PROVIDED RECORDS:
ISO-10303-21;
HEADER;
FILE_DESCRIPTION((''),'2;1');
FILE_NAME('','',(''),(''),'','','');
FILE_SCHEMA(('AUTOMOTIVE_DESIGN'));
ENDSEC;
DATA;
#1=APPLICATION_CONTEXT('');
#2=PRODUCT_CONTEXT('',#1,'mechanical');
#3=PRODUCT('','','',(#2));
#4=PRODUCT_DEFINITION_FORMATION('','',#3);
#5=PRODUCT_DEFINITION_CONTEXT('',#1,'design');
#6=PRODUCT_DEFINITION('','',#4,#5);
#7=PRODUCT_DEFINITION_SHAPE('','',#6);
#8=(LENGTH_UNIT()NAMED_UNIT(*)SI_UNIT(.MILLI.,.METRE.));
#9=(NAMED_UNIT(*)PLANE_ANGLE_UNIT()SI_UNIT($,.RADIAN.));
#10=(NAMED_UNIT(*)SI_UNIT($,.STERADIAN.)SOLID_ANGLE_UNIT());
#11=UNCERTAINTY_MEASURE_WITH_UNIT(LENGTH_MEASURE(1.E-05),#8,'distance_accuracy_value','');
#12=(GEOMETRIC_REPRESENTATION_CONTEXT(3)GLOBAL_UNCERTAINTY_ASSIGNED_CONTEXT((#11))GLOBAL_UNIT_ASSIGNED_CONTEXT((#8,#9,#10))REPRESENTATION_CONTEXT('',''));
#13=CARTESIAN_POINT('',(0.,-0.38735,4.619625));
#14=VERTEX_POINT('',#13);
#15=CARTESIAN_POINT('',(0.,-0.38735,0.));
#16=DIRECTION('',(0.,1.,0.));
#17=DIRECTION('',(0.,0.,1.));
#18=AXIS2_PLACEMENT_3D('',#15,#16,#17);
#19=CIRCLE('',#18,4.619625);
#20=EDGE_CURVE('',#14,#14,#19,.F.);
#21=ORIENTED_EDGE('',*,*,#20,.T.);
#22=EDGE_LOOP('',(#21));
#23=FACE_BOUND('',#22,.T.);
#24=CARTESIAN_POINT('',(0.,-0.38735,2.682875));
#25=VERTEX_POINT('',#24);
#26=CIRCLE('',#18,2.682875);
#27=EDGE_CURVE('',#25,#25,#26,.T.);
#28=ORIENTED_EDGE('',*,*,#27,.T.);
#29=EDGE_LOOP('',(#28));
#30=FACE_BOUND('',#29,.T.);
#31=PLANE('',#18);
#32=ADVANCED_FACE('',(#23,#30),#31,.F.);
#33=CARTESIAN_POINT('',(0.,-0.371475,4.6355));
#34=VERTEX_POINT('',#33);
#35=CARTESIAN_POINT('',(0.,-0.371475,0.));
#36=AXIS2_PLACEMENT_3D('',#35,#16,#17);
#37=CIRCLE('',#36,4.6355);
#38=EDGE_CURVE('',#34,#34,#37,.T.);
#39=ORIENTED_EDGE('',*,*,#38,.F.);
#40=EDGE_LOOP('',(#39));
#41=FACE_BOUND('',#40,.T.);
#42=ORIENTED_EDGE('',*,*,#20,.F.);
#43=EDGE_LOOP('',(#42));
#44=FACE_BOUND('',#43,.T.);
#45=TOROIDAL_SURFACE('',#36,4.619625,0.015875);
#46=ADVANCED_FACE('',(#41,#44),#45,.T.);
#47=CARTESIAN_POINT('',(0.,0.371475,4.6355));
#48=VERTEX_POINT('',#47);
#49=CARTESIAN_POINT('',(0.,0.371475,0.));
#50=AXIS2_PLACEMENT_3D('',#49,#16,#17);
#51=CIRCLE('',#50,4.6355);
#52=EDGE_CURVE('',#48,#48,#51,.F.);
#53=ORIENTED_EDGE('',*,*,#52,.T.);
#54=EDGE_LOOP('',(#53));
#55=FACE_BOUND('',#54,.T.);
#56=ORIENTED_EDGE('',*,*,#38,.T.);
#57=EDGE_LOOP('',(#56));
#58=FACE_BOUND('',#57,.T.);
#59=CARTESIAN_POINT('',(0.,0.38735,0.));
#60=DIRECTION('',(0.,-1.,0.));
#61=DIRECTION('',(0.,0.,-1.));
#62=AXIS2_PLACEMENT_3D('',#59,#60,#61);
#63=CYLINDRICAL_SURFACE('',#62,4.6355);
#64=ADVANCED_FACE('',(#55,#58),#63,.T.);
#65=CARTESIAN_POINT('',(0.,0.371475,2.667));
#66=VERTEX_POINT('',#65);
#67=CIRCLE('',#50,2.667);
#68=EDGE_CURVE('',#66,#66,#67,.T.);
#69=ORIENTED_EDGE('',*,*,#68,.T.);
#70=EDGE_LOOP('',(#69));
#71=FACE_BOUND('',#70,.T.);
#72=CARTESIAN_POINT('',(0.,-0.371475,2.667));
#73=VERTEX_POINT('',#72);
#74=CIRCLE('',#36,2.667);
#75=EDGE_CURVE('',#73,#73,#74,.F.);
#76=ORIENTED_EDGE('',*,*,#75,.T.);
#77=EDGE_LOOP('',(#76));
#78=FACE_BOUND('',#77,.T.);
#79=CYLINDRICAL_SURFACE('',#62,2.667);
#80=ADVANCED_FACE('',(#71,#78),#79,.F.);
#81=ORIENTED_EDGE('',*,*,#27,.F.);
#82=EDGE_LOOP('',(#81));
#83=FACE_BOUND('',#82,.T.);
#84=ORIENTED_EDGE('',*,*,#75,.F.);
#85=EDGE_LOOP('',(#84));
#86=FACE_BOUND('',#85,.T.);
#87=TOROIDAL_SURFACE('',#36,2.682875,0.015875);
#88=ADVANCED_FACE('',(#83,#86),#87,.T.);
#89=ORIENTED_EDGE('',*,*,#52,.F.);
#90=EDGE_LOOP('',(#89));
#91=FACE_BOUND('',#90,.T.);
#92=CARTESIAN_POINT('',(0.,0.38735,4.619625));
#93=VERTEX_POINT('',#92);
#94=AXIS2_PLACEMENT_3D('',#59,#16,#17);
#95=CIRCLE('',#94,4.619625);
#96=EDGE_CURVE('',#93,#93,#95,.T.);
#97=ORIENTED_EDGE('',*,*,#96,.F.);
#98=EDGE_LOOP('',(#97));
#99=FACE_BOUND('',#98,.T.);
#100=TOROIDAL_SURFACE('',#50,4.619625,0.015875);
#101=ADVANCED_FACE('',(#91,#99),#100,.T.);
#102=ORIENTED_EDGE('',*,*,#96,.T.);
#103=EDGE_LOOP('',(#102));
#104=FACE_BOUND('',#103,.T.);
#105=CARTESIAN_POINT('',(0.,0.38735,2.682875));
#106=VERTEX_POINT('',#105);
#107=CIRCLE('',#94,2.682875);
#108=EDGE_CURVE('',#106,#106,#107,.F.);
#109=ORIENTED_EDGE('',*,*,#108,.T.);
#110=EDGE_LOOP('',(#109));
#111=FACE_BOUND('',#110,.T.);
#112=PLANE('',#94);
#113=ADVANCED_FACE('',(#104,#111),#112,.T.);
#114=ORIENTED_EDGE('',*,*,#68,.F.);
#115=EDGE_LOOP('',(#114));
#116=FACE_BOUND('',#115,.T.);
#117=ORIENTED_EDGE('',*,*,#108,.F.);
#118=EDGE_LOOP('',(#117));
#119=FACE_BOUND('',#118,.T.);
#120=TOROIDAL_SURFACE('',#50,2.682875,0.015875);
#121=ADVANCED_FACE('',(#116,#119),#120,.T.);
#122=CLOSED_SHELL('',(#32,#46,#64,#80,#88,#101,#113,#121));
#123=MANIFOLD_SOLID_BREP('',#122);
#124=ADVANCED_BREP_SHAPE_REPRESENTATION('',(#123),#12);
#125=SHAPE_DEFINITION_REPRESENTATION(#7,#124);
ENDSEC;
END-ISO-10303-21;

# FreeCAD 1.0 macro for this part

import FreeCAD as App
import Part
import Sketcher

V = App.Vector
Q = App.Units.Quantity


def edges_at(feature, points):
    """Names of the edges that pass closest to the given points."""
    edges = feature.Shape.Edges
    near = lambda p: min(range(len(edges)), key=lambda i: edges[i].distToShape(Part.Vertex(*p))[0])
    return sorted({f"Edge{near(p) + 1}" for p in points})

doc = App.newDocument("Part")
body = doc.addObject("PartDesign::Body", "Body")

sketch1 = body.newObject("Sketcher::SketchObject", "Sketch")
sketch1.AttachmentSupport = (doc.getObject("XZ_Plane"), [""])
sketch1.MapMode = "FlatFace"
sketch1.addGeometry([
    Part.Circle(V(0, 0, 0), V(0, 0, 1), 4.6355),
    Part.Circle(V(0, 0, 0), V(0, 0, 1), 2.667),
], False)
sketch1.addConstraint([
    Sketcher.Constraint("Coincident", 0, 3, -1, 1),
    Sketcher.Constraint("Coincident", 1, 3, -1, 1),
    Sketcher.Constraint("Diameter", 1, Q("0.21 in")),
    Sketcher.Constraint("Diameter", 0, Q("0.365 in")),
])
pad1 = body.newObject("PartDesign::Pad", "Pad")
pad1.Profile = sketch1
pad1.Length = Q("0.0305 in")
pad1.Midplane = True
doc.recompute()

fillet = body.newObject("PartDesign::Fillet", "Fillet")
fillet.Base = (pad1, edges_at(pad1, [
    (0, -0.387, -4.636),
    (0, 0.387, -4.636),
    (0, -0.387, -2.667),
    (0, 0.387, -2.667),
]))
fillet.Radius = 0.015875

doc.recompute()
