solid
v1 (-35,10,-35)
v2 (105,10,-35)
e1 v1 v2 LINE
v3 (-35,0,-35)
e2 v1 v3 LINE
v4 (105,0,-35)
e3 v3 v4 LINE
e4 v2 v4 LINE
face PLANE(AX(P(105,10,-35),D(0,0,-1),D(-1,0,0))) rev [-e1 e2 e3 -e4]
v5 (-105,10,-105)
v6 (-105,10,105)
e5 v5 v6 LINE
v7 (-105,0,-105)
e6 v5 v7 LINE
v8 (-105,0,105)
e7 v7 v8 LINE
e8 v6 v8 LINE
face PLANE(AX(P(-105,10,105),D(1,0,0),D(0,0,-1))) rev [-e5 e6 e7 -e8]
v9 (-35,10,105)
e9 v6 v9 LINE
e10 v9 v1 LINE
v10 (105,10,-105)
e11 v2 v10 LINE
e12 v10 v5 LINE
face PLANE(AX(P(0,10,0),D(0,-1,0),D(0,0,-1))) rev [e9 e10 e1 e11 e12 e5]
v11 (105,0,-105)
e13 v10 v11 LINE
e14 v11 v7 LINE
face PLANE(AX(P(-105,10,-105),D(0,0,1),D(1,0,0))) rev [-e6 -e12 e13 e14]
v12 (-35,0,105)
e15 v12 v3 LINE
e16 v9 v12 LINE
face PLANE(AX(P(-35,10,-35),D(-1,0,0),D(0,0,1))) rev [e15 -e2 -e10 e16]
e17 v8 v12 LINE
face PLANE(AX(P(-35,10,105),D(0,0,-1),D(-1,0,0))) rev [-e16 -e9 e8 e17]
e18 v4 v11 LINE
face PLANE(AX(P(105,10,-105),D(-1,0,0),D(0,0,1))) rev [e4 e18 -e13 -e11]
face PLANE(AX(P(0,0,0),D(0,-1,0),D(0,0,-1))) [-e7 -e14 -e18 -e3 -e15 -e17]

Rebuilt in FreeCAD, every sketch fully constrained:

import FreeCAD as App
import Part
import Sketcher

V = App.Vector
Q = App.Units.Quantity


def add_polygon(sketch, points):
    """Adds a closed chain of lines whose ends are joined by coincident constraints."""
    first, n = sketch.GeometryCount, len(points)
    for a, b in zip(points, points[1:] + points[:1]):
        sketch.addGeometry(Part.LineSegment(App.Vector(*a, 0), App.Vector(*b, 0)), False)
    for i in range(n):
        sketch.addConstraint(Sketcher.Constraint("Coincident", first + i, 2, first + (i + 1) % n, 1))

doc = App.newDocument("Part")
body = doc.addObject("PartDesign::Body", "Body")

# Sketch on XZ plane
sketch1 = body.newObject("Sketcher::SketchObject", "Sketch")
sketch1.AttachmentSupport = (doc.getObject("XZ_Plane"), [""])
sketch1.MapMode = "FlatFace"
add_polygon(sketch1, [(-105, -105), (-105, 105), (-35, 105), (-35, -35), (105, -35), (105, -105)])  # lines 0-5
sketch1.addConstraint([
    Sketcher.Constraint("Vertical", 0),
    Sketcher.Constraint("Horizontal", 1),
    Sketcher.Constraint("Vertical", 2),
    Sketcher.Constraint("Horizontal", 3),
    Sketcher.Constraint("Vertical", 4),
    Sketcher.Constraint("Horizontal", 5),
    Sketcher.Constraint("Symmetric", 0, 2, 4, 2, -1, 1),
    Sketcher.Constraint("Equal", 5, 0),
    Sketcher.Constraint("Equal", 3, 2),
    Sketcher.Constraint("DistanceX", 1, 1, 1, 2, Q("70 mm")),
    Sketcher.Constraint("DistanceX", 3, 1, 3, 2, Q("140 mm")),
])
pad1 = body.newObject("PartDesign::Pad", "Pad")
pad1.Profile = sketch1
pad1.Length = 10
pad1.Reversed = True

doc.recompute()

EXERCISE AIM:
Of the lines above, retype only those from the line containing "#53=ORIENTED_EDGE('',*,*,#52,.T.);" through the line containing "#98=EDGE_LOOP('',(#97));", including both, exactly.

RESULT OF THIS TASK:
#53=ORIENTED_EDGE('',*,*,#52,.T.);
#54=EDGE_LOOP('',(#53));
#55=FACE_BOUND('',#54,.T.);
#56=ORIENTED_EDGE('',*,*,#38,.T.);
#57=EDGE_LOOP('',(#56));
#58=FACE_BOUND('',#57,.T.);
#59=CARTESIAN_POINT('',(0.,0.38735,0.));
#60=DIRECTION('',(0.,-1.,0.));
#61=DIRECTION('',(0.,0.,-1.));
#62=AXIS2_PLACEMENT_3D('',#59,#60,#61);
#63=CYLINDRICAL_SURFACE('',#62,4.6355);
#64=ADVANCED_FACE('',(#55,#58),#63,.T.);
#65=CARTESIAN_POINT('',(0.,0.371475,2.667));
#66=VERTEX_POINT('',#65);
#67=CIRCLE('',#50,2.667);
#68=EDGE_CURVE('',#66,#66,#67,.T.);
#69=ORIENTED_EDGE('',*,*,#68,.T.);
#70=EDGE_LOOP('',(#69));
#71=FACE_BOUND('',#70,.T.);
#72=CARTESIAN_POINT('',(0.,-0.371475,2.667));
#73=VERTEX_POINT('',#72);
#74=CIRCLE('',#36,2.667);
#75=EDGE_CURVE('',#73,#73,#74,.F.);
#76=ORIENTED_EDGE('',*,*,#75,.T.);
#77=EDGE_LOOP('',(#76));
#78=FACE_BOUND('',#77,.T.);
#79=CYLINDRICAL_SURFACE('',#62,2.667);
#80=ADVANCED_FACE('',(#71,#78),#79,.F.);
#81=ORIENTED_EDGE('',*,*,#27,.F.);
#82=EDGE_LOOP('',(#81));
#83=FACE_BOUND('',#82,.T.);
#84=ORIENTED_EDGE('',*,*,#75,.F.);
#85=EDGE_LOOP('',(#84));
#86=FACE_BOUND('',#85,.T.);
#87=TOROIDAL_SURFACE('',#36,2.682875,0.015875);
#88=ADVANCED_FACE('',(#83,#86),#87,.T.);
#89=ORIENTED_EDGE('',*,*,#52,.F.);
#90=EDGE_LOOP('',(#89));
#91=FACE_BOUND('',#90,.T.);
#92=CARTESIAN_POINT('',(0.,0.38735,4.619625));
#93=VERTEX_POINT('',#92);
#94=AXIS2_PLACEMENT_3D('',#59,#16,#17);
#95=CIRCLE('',#94,4.619625);
#96=EDGE_CURVE('',#93,#93,#95,.T.);
#97=ORIENTED_EDGE('',*,*,#96,.F.);
#98=EDGE_LOOP('',(#97));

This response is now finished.